- Born: January 1900 London, England
- Died: 1970 aged (69–70)
- Education: Girton College, Cambridge (B.A.) University of Cambridge (Ph.D)
- Spouse: R. S. Creed
- Scientific career
- Fields: Physiology
- Workplaces: University of Cambridge St Hilda's College, Oxford University of Oxford

= Sybil Cooper =

British physiologist

Sybil Cooper (January 1900 – 1970), was a British physiologist.

==Life and work==
Sybil Cooper, daughter of the distinguished architect Sir Edwin Cooper, was born in London, England, in January 1900. She attended Girton College, Cambridge and took the Natural Sciences Tripos in 1922. She became a research assistant upon graduation to Edgar Adrian, studying nerve and muscle physiology, before receiving her Ph.D in 1927. Cooper then became a research student and then a research fellow at St Hilda's College, Oxford with the physiologist Charles Scott Sherrington while working as a demonstrator in anatomy for the University of Oxford. During this time, she married R. S. Creed in 1933; he was a demonstrator in physiology. She resigned her position in 1934 and had the first of her four children the following year. Able to afford household help, she took an unpaid position as a lecturer in natural science at St. Hilda's in 1940 and received a paid position as a research fellow there in 1946 that she maintained until her retirement in 1968. She was killed in an automobile accident in 1970.

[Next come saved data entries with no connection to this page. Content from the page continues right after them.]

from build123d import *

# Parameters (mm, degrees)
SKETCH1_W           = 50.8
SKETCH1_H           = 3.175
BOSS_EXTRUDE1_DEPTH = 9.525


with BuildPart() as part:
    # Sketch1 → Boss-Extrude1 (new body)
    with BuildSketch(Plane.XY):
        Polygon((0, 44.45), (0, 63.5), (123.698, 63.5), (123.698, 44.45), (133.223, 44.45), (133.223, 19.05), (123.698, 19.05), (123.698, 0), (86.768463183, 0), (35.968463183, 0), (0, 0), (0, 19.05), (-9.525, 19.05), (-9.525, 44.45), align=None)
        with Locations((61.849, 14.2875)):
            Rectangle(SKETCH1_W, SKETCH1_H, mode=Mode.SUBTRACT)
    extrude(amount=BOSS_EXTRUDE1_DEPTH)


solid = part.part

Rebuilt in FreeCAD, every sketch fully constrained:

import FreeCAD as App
import Part
import Sketcher

V = App.Vector
Q = App.Units.Quantity


def add_polygon(sketch, points):
    """Adds a closed chain of lines whose ends are joined by coincident constraints."""
    first, n = sketch.GeometryCount, len(points)
    for a, b in zip(points, points[1:] + points[:1]):
        sketch.addGeometry(Part.LineSegment(App.Vector(*a, 0), App.Vector(*b, 0)), False)
    for i in range(n):
        sketch.addConstraint(Sketcher.Constraint("Coincident", first + i, 2, first + (i + 1) % n, 1))

doc = App.newDocument("Part")
params = doc.addObject("Spreadsheet::Sheet", "Params")
for row, (alias, value) in enumerate([
    ("sketch1_width", "2 in"),
    ("sketch1_height", "1 in"),
    ("sketch1_width2", "4.87 in"),
    ("sketch1_height2", "0.75 in"),
    ("sketch1_width3", "0.375 in"),
    ("pad1_length", "0.375 in"),
], start=1):
    params.set(f"A{row}", alias)
    params.set(f"B{row}", "=" + value)
    params.setAlias(f"B{row}", alias)

body = doc.addObject("PartDesign::Body", "Body")

# Sketch on XY plane
sketch1 = body.newObject("Sketcher::SketchObject", "Sketch")
sketch1.AttachmentSupport = (doc.getObject("XY_Plane"), [""])
sketch1.MapMode = "FlatFace"
add_polygon(sketch1, [(0, 63.5), (0, 44.5), (-9.5, 44.5), (-9.5, 19.1), (0, 19.1), (0, 0), (123.7, 0), (123.7, 19.1), (133.2, 19.1), (133.2, 44.5), (123.7, 44.5), (123.7, 63.5)])  # lines 0-11
add_polygon(sketch1, [(36.4, 12.7), (36.4, 15.9), (87.2, 15.9), (87.2, 12.7)])  # lines 12-15
sketch1.addConstraint([
    Sketcher.Constraint("Vertical", 0),
    Sketcher.Constraint("Horizontal", 1),
    Sketcher.Constraint("Vertical", 2),
    Sketcher.Constraint("Horizontal", 3),
    Sketcher.Constraint("Vertical", 4),
    Sketcher.Constraint("Horizontal", 5),
    Sketcher.Constraint("Vertical", 6),
    Sketcher.Constraint("Horizontal", 7),
    Sketcher.Constraint("Vertical", 8),
    Sketcher.Constraint("Horizontal", 9),
    Sketcher.Constraint("Vertical", 10),
    Sketcher.Constraint("Horizontal", 11),
    Sketcher.Constraint("Vertical", 12),
    Sketcher.Constraint("Horizontal", 13),
    Sketcher.Constraint("Vertical", 14),
    Sketcher.Constraint("Horizontal", 15),
    Sketcher.Constraint("Coincident", 4, 2, -1, 1),
    Sketcher.Constraint("PointOnObject", 0, 2, -2),
    Sketcher.Constraint("Horizontal", 3, 2, 6, 2),
    Sketcher.Constraint("Horizontal", 1, 2, 8, 2),
    Sketcher.Constraint("Vertical", 6, 2, 9, 2),
    Sketcher.Constraint("Equal", 3, 7),
    Sketcher.Constraint("Equal", 0, 4),
    Sketcher.Constraint("DistanceX", 13, 1, 13, 2, Q("2 in")),
    Sketcher.Constraint("DistanceY", 2, 2, 2, 1, Q("1 in")),
    Sketcher.Constraint("DistanceX", 5, 1, 5, 2, Q("4.87 in")),
    Sketcher.Constraint("DistanceY", 0, 2, 0, 1, Q("0.75 in")),
    Sketcher.Constraint("DistanceY", -1, 1, 14, 2, Q("0.5 in")),
    Sketcher.Constraint("DistanceX", 1, 2, 1, 1, Q("0.375 in")),
    Sketcher.Constraint("DistanceY", 12, 1, 12, 2, Q("0.125 in")),
    Sketcher.Constraint("DistanceX", 2, 2, 12, 2, Q("1.81 in")),
])
sketch1.setExpression("Constraints[39]", "Params.sketch1_width")
sketch1.setExpression("Constraints[40]", "Params.sketch1_height")
sketch1.setExpression("Constraints[41]", "Params.sketch1_width2")
sketch1.setExpression("Constraints[42]", "Params.sketch1_height2")
sketch1.setExpression("Constraints[44]", "Params.sketch1_width3")
pad1 = body.newObject("PartDesign::Pad", "Pad")
pad1.Profile = sketch1
pad1.setExpression("Length", "Params.pad1_length")

doc.recompute()
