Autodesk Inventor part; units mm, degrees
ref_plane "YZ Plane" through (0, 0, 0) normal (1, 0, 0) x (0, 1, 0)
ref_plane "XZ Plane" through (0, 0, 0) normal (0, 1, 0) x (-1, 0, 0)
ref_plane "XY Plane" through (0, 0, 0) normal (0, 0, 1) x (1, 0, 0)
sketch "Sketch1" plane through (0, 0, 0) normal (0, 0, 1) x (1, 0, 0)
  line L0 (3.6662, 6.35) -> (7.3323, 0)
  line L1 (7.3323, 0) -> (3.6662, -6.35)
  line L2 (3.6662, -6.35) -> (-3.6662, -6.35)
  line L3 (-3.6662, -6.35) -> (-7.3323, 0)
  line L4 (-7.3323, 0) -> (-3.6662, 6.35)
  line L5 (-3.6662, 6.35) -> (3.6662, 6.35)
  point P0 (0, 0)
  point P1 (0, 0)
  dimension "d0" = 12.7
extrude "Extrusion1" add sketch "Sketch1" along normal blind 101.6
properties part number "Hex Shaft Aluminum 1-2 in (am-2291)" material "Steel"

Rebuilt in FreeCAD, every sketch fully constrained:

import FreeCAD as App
import Part
import Sketcher
Q = App.Units.Quantity


def add_polygon(sketch, points):
    """Adds a closed chain of lines whose ends are joined by coincident constraints."""
    first, n = sketch.GeometryCount, len(points)
    for a, b in zip(points, points[1:] + points[:1]):
        sketch.addGeometry(Part.LineSegment(App.Vector(*a, 0), App.Vector(*b, 0)), False)
    for i in range(n):
        sketch.addConstraint(Sketcher.Constraint("Coincident", first + i, 2, first + (i + 1) % n, 1))

doc = App.newDocument("Part")
params = doc.addObject("Spreadsheet::Sheet", "Params")
for row, (alias, value) in enumerate([
    ("pad1_length", "4 in"),
], start=1):
    params.set(f"A{row}", alias)
    params.set(f"B{row}", "=" + value)
    params.setAlias(f"B{row}", alias)

body = doc.addObject("PartDesign::Body", "Body")

# Sketch on XY plane
sketch1 = body.newObject("Sketcher::SketchObject", "Sketch")
sketch1.AttachmentSupport = (doc.getObject("XY_Plane"), [""])
sketch1.MapMode = "FlatFace"
add_polygon(sketch1, [(7.3323, 0), (3.6662, 6.35), (-3.6662, 6.35), (-7.3323, 0), (-3.6662, -6.35), (3.6662, -6.35)])  # lines 0-5
sketch1.addConstraint(Sketcher.Constraint("Horizontal", 1))
sketch1.addConstraint(Sketcher.Constraint("Horizontal", 4))
sketch1.addConstraint(Sketcher.Constraint("Symmetric", 0, 2, 3, 2, -1, 1))
sketch1.addConstraint(Sketcher.Constraint("Symmetric", 2, 2, 5, 2, -1, 1))
sketch1.addConstraint(Sketcher.Constraint("PointOnObject", 2, 2, -1))
sketch1.addConstraint(Sketcher.Constraint("Parallel", 2, 5))
sketch1.addConstraint(Sketcher.Constraint("Vertical", 1, 2, 3, 2))
sketch1.addConstraint(Sketcher.Constraint("DistanceY", 3, 2, 1, 2, Q("0.5 in")))
sketch1.addConstraint(Sketcher.Constraint("Angle", 0, Q("119.9995 deg")))
sketch1.addConstraint(Sketcher.Constraint("DistanceX", 2, 2, 0, 2, Q("0.433 in")))
pad1 = body.newObject("PartDesign::Pad", "Pad")
pad1.Profile = sketch1
pad1.setExpression("Length", "Params.pad1_length")

doc.recompute()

She collaborated with her husband on muscle reflexes before and after the birth of her children. "Demonstrating great ability in dissecting minute sense organs with intact nerves, she recorded nerve activity. As an excellent histologist, Cooper fixed, stained, and examined the microstructure of the sense organs. Alone and with colleagues, she made advances in understanding how the muscle spindles functioned relative to their structure."